[PROVIDED DATA]

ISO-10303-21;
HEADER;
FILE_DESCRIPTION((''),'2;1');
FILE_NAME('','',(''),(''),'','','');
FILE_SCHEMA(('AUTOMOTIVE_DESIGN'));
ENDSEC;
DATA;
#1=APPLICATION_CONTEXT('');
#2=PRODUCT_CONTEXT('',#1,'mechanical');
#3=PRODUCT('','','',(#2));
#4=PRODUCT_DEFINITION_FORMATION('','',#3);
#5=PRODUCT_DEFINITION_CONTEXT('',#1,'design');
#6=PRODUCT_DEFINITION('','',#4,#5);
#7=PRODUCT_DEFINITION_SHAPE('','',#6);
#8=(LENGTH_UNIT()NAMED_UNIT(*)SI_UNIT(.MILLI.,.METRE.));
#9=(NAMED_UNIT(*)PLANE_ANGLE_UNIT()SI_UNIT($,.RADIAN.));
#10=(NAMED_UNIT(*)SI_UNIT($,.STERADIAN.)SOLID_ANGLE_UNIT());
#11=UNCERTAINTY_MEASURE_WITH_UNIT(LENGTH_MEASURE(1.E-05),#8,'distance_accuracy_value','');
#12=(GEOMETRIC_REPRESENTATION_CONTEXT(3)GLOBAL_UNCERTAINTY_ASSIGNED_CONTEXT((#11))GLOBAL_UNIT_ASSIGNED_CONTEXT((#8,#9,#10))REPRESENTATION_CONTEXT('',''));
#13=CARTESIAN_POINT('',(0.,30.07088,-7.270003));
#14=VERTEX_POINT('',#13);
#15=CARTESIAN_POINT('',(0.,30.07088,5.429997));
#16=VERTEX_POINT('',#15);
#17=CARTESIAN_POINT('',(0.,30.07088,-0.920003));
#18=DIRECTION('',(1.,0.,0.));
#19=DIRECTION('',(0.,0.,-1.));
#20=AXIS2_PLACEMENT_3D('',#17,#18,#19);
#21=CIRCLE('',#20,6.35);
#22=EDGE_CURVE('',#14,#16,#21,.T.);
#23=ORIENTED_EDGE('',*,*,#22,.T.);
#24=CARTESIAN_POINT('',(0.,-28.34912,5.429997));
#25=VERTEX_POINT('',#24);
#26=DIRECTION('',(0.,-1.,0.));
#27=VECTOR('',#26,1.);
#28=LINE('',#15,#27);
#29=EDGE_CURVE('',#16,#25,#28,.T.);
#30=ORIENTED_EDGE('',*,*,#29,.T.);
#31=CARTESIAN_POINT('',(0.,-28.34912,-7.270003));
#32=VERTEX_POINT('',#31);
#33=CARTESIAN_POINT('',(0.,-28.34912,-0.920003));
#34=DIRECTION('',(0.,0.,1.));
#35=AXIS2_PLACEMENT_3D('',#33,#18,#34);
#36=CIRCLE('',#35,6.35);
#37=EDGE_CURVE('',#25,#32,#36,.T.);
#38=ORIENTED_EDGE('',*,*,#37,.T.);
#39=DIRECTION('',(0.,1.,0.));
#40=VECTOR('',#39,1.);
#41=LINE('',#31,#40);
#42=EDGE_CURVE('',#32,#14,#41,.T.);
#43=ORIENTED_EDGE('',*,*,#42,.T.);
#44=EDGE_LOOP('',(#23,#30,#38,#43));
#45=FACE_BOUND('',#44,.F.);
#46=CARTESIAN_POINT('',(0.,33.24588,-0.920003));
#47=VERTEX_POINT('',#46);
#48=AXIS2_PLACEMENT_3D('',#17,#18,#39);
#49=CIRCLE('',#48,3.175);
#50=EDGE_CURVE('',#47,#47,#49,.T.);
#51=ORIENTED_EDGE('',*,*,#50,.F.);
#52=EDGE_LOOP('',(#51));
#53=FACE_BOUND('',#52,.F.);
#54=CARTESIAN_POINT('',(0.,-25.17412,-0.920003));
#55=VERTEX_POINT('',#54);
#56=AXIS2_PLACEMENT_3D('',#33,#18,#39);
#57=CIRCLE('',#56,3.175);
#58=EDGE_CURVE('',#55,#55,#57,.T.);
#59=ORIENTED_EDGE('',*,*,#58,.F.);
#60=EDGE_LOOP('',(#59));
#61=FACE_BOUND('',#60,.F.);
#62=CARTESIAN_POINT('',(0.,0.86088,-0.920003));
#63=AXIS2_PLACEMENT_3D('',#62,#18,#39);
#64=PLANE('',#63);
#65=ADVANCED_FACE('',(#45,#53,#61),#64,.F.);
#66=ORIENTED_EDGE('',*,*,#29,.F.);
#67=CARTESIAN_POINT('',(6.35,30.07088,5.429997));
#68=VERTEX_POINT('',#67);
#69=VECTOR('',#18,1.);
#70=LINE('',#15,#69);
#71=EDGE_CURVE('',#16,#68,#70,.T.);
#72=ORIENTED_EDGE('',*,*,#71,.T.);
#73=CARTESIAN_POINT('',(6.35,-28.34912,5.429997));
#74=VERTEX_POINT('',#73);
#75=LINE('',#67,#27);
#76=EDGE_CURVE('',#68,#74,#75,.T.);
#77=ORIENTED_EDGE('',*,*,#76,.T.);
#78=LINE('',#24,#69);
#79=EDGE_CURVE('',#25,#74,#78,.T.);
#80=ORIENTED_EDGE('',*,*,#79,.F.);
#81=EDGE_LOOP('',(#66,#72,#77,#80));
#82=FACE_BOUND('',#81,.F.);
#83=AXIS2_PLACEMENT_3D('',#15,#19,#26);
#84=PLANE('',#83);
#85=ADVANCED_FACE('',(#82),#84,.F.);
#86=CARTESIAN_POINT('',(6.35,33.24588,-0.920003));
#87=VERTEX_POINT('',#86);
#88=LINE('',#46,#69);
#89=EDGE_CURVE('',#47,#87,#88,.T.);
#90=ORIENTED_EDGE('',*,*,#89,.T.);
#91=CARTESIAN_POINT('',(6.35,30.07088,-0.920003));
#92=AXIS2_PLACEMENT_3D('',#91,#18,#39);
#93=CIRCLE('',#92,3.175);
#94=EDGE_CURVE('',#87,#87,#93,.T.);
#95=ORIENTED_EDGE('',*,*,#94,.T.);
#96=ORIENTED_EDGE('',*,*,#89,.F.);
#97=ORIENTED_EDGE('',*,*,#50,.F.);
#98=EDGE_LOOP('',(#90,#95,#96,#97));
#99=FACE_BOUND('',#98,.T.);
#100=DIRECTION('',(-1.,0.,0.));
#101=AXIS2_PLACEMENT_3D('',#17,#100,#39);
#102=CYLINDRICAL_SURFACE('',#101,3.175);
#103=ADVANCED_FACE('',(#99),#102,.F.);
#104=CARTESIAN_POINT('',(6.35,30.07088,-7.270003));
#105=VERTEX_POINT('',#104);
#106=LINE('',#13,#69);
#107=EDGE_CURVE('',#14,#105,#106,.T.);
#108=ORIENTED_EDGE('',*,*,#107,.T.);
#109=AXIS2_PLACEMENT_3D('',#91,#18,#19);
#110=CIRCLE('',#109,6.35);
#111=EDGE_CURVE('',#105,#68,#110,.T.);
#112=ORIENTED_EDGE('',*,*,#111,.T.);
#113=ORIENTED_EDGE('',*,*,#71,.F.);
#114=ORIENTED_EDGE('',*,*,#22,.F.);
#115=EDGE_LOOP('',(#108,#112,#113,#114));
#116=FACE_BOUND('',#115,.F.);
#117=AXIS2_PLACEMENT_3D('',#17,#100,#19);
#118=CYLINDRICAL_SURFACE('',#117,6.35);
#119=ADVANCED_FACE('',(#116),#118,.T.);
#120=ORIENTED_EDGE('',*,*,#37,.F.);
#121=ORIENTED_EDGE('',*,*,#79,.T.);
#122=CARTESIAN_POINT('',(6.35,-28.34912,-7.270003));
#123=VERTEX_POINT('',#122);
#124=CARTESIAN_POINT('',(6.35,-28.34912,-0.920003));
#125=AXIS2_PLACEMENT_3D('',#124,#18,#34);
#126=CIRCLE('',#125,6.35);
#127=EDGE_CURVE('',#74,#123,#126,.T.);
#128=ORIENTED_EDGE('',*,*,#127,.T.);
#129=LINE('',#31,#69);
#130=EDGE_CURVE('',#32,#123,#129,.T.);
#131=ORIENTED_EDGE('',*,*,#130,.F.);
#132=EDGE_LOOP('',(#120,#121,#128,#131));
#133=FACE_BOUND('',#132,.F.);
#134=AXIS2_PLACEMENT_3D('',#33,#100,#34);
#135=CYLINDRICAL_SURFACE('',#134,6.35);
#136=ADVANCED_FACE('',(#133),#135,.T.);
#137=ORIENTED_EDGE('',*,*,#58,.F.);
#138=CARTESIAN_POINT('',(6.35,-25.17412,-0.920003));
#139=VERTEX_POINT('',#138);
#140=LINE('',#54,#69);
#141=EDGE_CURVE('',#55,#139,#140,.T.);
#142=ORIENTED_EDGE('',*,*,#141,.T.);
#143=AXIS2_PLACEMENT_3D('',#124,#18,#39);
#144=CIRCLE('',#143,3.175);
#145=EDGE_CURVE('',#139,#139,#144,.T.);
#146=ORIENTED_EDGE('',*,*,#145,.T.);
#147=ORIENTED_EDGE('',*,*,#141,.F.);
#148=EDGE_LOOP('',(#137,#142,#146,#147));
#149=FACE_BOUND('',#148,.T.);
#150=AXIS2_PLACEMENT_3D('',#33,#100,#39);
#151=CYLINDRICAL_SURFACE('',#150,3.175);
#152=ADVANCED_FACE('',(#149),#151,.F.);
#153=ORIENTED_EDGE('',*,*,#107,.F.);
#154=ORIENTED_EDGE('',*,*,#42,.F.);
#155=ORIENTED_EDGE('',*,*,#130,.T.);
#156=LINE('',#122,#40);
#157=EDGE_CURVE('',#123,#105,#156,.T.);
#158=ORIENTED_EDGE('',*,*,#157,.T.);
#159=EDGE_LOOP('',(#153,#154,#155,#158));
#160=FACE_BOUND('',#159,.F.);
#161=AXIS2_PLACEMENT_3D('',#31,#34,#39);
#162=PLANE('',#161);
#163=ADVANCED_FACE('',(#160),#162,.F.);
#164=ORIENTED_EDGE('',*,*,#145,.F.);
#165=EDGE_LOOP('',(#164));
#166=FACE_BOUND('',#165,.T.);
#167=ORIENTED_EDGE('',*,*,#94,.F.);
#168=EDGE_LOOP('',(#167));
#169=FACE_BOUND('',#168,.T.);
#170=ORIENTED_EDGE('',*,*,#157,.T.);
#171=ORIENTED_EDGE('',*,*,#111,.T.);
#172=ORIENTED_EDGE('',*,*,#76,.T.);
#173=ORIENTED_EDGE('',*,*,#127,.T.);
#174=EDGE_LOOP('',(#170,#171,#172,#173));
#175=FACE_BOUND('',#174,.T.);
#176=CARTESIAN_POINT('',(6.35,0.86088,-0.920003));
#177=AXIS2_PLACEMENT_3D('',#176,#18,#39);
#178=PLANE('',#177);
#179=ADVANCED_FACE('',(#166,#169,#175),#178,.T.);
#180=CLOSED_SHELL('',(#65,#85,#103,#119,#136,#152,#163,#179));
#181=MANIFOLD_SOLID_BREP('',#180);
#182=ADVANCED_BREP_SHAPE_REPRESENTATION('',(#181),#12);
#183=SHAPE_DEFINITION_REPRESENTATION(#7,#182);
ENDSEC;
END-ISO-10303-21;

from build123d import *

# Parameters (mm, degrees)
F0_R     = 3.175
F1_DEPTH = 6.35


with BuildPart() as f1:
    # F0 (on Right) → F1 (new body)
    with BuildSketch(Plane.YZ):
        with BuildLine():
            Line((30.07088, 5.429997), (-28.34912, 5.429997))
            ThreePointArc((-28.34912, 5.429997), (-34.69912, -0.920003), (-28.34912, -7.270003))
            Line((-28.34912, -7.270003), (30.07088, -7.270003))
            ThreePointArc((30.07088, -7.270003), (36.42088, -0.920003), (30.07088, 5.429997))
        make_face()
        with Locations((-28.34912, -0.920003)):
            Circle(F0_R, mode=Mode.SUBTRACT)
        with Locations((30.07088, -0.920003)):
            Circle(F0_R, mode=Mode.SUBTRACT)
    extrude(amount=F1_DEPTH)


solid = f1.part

[/PROVIDED DATA]

In the entries above, find the line holding "#18=DIRECTION('',(1.,0.,0.));" and the line holding "#32=VERTEX_POINT('',#31);", then retype exactly those two lines and every line between them, and nothing else.

# ANSWER SECTION:
#18=DIRECTION('',(1.,0.,0.));
#19=DIRECTION('',(0.,0.,-1.));
#20=AXIS2_PLACEMENT_3D('',#17,#18,#19);
#21=CIRCLE('',#20,6.35);
#22=EDGE_CURVE('',#14,#16,#21,.T.);
#23=ORIENTED_EDGE('',*,*,#22,.T.);
#24=CARTESIAN_POINT('',(0.,-28.34912,5.429997));
#25=VERTEX_POINT('',#24);
#26=DIRECTION('',(0.,-1.,0.));
#27=VECTOR('',#26,1.);
#28=LINE('',#15,#27);
#29=EDGE_CURVE('',#16,#25,#28,.T.);
#30=ORIENTED_EDGE('',*,*,#29,.T.);
#31=CARTESIAN_POINT('',(0.,-28.34912,-7.270003));
#32=VERTEX_POINT('',#31);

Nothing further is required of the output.